D.S. Quand j’ai pris la tête de Strate, il y a cinq ans, l’école a connu un développement spectaculaire : géographique, mais aussi en matière de recherche, de partenariat ou de notoriété – avec l’appui de Galileo (ndlr : groupe auquel appartient Strate) que je tiens à remercier ici. Lorsque je quitte Strate, le mois dernier, deux constats m’apparaissent clairement : en premier lieu, il est possible de développer une démarche entrepreneuriale dans une école de design tout en satisfaisant aux exigences académiques, sachant qu’un tel projet est néanmoins incompatible avec la volonté d’atteindre une croissance de 15 % par an ; d’autre part, la parole des écoles publiques pour ce qui concerne le design est inaudible – ce qui est anormal pour un pays comme la France où il leur revient de donner le la.

Que décidez-vous de faire, par conséquent ?
D.S. Je me suis demandé dans quel environnement je pourrais développer une école de design combinant une démarche entrepreneuriale et exigences académiques. La réponse m’est apparue assez évidente : un environnement dans lequel la puissance publique prenne la parole sur le design et sa pédagogie, et en même temps qui est synchronisé avec les enjeux politiques de notre temps (gouvernance, diversité, climat, etc.) – des enjeux de la transition en quelque sorte. C’est ainsi que je rejoins CY Cergy Paris Université pour y prendre la direction de la filière design qui aura plusieurs composantes : une école de design – incubée dans l’école CY Tech – qui va former en cinq ans des « designers de la transition » bénéficiant d’un diplôme universitaire sur le modèle LMD ; un parcours ingénieur designer ;  des Bachelors et des Mastères spécialisés mixant sciences et design – le premier Bachelor sera le Datascience by design ; la création de formations professionnelles continues dont un MBA ; un laboratoire de recherche avec à la fois des thématiques spécifiques et des collaborations avec les autres laboratoires de CY ; un centre d’innovation pédagogique par le design pour amener le design dans les pédagogies de l’université ; et enfin, une chaire industrielle dont je serai le titulaire. J’en profite pour signaler que projet est avant tout l’histoire d’une rencontre avec François Germinet, le président de CY, au cours de laquelle j’ai découvert son projet d’université expérimentale combinant excellence académique, volonté d’interdisciplinarité et professionnalisation – le tout dans une démarche entrepreneuriale et altruiste. Du coup, nous nous sommes aperçus que nous avions la même vision – comme le démontre la devise de CY « Design your life ».
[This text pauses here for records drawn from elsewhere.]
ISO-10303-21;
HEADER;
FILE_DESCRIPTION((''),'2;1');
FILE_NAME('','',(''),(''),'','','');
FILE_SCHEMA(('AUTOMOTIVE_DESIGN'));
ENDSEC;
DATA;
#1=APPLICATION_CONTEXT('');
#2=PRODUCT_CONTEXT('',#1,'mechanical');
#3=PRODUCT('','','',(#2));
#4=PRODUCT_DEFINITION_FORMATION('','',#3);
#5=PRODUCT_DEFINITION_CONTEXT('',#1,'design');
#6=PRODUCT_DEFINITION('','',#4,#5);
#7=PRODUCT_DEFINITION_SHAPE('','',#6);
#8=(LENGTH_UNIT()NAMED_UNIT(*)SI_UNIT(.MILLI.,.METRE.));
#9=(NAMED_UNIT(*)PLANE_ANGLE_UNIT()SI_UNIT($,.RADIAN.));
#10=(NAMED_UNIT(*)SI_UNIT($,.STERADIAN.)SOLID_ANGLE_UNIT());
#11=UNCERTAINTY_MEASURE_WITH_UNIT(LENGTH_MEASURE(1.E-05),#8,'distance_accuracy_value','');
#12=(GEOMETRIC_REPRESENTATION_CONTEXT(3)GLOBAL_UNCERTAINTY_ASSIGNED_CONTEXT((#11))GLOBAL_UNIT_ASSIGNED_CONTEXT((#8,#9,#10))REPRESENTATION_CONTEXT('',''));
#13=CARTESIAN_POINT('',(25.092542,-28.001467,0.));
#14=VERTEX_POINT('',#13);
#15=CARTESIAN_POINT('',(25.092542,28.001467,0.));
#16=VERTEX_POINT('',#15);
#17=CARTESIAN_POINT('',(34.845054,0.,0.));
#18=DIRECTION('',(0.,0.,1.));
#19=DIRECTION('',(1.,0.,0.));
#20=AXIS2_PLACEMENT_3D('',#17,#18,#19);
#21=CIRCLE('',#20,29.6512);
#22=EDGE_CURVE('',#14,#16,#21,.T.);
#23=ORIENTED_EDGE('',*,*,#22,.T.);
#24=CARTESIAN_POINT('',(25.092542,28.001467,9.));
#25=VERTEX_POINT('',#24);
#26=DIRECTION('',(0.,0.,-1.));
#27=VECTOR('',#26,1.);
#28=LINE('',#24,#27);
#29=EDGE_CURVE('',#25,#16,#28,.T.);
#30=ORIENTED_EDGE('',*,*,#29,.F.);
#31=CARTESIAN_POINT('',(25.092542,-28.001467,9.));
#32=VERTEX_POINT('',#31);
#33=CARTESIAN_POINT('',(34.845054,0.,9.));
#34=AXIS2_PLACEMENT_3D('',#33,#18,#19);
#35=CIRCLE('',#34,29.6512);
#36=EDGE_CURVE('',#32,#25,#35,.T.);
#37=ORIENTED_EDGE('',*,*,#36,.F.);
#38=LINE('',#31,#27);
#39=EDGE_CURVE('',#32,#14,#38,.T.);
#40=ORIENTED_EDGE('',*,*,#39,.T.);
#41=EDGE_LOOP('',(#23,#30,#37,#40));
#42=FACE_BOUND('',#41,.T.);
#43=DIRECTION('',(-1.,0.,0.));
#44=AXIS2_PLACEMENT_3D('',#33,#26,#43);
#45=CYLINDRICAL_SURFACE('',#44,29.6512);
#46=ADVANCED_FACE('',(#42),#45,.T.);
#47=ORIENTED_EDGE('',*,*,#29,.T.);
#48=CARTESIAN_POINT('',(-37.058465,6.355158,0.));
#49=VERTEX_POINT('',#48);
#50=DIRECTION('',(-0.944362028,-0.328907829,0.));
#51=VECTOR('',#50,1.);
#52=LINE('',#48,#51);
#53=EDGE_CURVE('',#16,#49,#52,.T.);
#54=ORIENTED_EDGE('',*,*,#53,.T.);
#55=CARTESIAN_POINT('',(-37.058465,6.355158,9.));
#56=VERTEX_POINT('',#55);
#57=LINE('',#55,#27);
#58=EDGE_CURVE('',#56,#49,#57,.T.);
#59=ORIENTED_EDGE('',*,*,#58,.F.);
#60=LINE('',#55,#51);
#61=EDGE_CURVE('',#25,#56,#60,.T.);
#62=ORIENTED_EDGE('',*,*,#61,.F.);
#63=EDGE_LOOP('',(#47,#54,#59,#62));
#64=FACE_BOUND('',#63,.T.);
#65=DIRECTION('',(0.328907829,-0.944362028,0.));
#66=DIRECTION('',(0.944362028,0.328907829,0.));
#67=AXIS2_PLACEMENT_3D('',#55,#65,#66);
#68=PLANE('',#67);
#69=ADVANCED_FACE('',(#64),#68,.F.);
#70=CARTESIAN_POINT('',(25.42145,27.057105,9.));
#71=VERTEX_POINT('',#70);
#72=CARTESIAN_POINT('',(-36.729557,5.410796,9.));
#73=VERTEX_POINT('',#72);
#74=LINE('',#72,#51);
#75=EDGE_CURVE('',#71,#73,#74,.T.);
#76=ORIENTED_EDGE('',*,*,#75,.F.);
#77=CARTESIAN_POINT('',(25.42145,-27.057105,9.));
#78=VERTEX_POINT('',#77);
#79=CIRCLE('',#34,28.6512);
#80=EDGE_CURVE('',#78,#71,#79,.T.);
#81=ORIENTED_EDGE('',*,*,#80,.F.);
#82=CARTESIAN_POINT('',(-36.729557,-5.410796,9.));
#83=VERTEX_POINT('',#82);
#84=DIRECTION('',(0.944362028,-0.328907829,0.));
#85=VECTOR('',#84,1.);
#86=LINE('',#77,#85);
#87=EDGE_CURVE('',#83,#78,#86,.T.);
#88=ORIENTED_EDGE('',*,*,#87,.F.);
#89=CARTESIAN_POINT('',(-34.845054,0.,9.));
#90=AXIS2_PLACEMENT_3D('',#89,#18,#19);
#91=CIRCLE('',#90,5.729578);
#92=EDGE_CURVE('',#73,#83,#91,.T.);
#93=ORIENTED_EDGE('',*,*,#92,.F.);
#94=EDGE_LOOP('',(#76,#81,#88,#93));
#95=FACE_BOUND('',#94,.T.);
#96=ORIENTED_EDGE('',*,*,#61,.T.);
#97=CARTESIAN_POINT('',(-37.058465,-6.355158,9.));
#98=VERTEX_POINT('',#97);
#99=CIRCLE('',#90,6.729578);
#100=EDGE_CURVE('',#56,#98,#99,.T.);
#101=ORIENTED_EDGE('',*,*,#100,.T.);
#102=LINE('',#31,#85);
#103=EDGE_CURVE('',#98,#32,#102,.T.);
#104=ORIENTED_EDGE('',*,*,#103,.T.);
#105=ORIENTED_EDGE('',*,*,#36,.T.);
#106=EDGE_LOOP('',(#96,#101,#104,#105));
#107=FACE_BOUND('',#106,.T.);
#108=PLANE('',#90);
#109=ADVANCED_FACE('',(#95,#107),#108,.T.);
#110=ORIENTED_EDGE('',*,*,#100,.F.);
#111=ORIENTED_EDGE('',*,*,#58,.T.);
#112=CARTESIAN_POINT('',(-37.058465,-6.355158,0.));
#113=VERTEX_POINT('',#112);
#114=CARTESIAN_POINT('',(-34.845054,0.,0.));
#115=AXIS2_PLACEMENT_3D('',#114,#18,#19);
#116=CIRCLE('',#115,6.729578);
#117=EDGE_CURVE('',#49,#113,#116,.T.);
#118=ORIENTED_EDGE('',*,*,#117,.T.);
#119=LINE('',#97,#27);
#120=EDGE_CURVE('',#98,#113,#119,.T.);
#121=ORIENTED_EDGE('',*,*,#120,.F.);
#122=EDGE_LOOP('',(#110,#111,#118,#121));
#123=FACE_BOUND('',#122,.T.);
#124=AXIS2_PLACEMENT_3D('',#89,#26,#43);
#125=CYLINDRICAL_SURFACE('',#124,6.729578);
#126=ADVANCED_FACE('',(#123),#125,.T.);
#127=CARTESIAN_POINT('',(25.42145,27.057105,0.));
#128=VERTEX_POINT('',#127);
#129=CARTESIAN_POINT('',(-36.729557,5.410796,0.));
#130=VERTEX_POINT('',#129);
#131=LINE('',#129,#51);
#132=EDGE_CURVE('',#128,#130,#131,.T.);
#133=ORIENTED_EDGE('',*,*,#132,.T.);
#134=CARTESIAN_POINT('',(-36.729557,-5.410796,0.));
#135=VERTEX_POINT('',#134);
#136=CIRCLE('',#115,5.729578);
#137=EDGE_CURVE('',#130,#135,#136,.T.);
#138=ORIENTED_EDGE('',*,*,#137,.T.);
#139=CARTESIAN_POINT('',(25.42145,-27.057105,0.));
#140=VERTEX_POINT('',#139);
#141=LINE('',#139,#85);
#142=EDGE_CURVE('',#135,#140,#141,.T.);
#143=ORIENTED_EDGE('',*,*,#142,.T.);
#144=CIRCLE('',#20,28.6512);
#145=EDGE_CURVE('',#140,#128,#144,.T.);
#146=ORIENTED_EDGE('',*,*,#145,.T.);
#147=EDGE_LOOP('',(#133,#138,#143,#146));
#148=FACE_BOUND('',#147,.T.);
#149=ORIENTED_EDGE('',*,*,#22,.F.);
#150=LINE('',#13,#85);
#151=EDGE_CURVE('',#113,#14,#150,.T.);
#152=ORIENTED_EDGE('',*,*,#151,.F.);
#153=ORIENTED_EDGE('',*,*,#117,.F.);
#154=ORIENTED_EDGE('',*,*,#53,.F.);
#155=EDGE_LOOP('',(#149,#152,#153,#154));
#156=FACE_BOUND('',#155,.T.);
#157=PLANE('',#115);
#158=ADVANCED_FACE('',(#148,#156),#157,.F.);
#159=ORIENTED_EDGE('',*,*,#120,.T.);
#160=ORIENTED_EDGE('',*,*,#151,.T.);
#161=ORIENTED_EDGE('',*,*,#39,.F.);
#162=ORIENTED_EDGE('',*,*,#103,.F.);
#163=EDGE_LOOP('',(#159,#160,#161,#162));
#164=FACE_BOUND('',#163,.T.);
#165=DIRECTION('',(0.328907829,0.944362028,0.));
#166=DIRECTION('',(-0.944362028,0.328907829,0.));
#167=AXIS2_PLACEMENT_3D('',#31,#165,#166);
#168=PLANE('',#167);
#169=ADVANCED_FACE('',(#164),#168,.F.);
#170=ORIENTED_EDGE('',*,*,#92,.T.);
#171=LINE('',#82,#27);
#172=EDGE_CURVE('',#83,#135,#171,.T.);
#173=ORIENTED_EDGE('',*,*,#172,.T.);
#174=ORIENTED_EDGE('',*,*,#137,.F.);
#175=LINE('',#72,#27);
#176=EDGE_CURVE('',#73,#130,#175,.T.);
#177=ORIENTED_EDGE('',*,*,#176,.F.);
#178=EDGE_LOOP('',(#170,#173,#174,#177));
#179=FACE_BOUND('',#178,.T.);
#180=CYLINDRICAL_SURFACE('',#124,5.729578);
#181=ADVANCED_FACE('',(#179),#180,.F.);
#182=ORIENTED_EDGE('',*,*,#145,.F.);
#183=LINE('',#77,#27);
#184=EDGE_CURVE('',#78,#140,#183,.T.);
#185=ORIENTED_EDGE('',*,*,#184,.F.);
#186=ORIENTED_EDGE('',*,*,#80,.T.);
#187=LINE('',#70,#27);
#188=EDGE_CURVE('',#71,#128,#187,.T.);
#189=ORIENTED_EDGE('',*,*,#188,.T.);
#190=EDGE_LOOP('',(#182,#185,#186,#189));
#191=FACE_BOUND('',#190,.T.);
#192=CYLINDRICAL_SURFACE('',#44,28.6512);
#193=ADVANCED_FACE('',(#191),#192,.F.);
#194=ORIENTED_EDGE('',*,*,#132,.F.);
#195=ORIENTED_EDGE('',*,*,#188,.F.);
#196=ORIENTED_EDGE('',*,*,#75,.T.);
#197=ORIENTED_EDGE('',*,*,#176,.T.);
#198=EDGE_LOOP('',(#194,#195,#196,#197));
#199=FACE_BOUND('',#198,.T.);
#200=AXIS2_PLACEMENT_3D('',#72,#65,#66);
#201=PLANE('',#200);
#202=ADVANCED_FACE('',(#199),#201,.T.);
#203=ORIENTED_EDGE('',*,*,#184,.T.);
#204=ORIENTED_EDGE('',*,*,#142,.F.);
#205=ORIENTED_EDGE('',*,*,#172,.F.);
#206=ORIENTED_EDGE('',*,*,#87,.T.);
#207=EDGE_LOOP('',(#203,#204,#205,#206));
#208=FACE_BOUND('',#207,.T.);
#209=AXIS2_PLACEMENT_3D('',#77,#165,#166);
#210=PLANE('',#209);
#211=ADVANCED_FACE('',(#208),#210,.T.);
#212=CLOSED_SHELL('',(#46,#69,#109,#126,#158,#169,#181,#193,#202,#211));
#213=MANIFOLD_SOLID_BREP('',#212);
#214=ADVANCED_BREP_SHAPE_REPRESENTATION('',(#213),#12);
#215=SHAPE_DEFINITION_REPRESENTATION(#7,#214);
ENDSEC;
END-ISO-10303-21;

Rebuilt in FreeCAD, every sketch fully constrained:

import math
import FreeCAD as App
import Part
import Sketcher
Q = App.Units.Quantity

doc = App.newDocument("Part")
body = doc.addObject("PartDesign::Body", "Body")

# Sketch on XY plane
sketch1 = body.newObject("Sketcher::SketchObject", "Sketch")
sketch1.AttachmentSupport = (doc.getObject("XY_Plane"), [""])
sketch1.MapMode = "FlatFace"
sketch1.addGeometry([
    Part.LineSegment(App.Vector(-37, -6, 0), App.Vector(25, -28, 0)),  # 0
    Part.ArcOfCircle(Part.Circle(App.Vector(35, 0, 0), App.Vector(0, 0, 1), 30), math.radians(-109), math.radians(109)),  # 1
    Part.LineSegment(App.Vector(25, 28, 0), App.Vector(-37, 6, 0)),  # 2
    Part.ArcOfCircle(Part.Circle(App.Vector(-35, 0, 0), App.Vector(0, 0, 1), 7), math.radians(109), math.radians(251)),  # 3
    Part.LineSegment(App.Vector(25, -27, 0), App.Vector(-37, -5, 0)),  # 4
    Part.ArcOfCircle(Part.Circle(App.Vector(-35, 0, 0), App.Vector(0, 0, 1), 6), math.radians(109), math.radians(251)),  # 5
    Part.LineSegment(App.Vector(-37, 5, 0), App.Vector(25, 27, 0)),  # 6
    Part.ArcOfCircle(Part.Circle(App.Vector(35, 0, 0), App.Vector(0, 0, 1), 29), math.radians(-109), math.radians(109)),  # 7
], False)
sketch1.addConstraint([
    Sketcher.Constraint("Tangent", 0, 2, 1, 1),
    Sketcher.Constraint("Tangent", 1, 2, 2, 1),
    Sketcher.Constraint("Tangent", 2, 2, 3, 1),
    Sketcher.Constraint("Tangent", 3, 2, 0, 1),
    Sketcher.Constraint("Tangent", 4, 2, 5, 2),
    Sketcher.Constraint("Tangent", 5, 1, 6, 1),
    Sketcher.Constraint("Tangent", 6, 2, 7, 2),
    Sketcher.Constraint("Tangent", 7, 1, 4, 1),
    Sketcher.Constraint("Coincident", 5, 3, 3, 3),
    Sketcher.Constraint("Coincident", 7, 3, 1, 3),
    Sketcher.Constraint("Symmetric", 1, 3, 3, 3, -1, 1),
    Sketcher.Constraint("PointOnObject", 1, 3, -1),
    Sketcher.Constraint("Parallel", 0, 4),
    Sketcher.Constraint("Radius", 1, Q("29.6512 mm")),
    Sketcher.Constraint("Radius", 7, Q("28.6512 mm")),
    Sketcher.Constraint("Radius", 3, Q("6.729578 mm")),
    Sketcher.Constraint("DistanceX", 4, 2, 0, 2, Q("61.822099 mm")),
])
pad1 = body.newObject("PartDesign::Pad", "Pad")
pad1.Profile = sketch1
pad1.Length = 9

doc.recompute()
Quels sont les avantages d’une filière design au sein d’une structure publique ?
D.S. Les avantages de cette filière design au sein de CY sont multiples : nous réinventons l’école de design public et nous réinventons la diversité des étudiants, car le prix de la scolarité se pose beaucoup moins (nous serons trois fois moins cher que les grandes écoles de design privées). Autre avantage, lié à la crise sanitaire : on ne peut plus enseigner les mêmes choses de la même manière et nous avons une volonté commune avec François Germinet de resynchroniser programmes et modalités pédagogiques avec les exigences du moment qui apparaissent comme certainement durables. Il est plus aisé de se mettre dans ce nouveau contexte en ouvrant une école de design « from scratch » plutôt que d’adapter une structure existante. Enfin, la France va enfin se mettre au niveau des grandes universités internationales qui ont toutes une école ou une faculté de design – Harvard, Carnegie-Mellon, TU Delft, Aalto, NUS, etc.

À quand l’ouverture officielle ?
D.S. Ce sera pour septembre 2021, sachant que Parcoursup va nous référencer dès janvier 2021. Les promotions seront de 100 élèves, ce qui signifie 500 élèves à terme en formation initiale design. Quant aux formations professionnelles, elles devraient pour certaines être ouvertes avant cette date.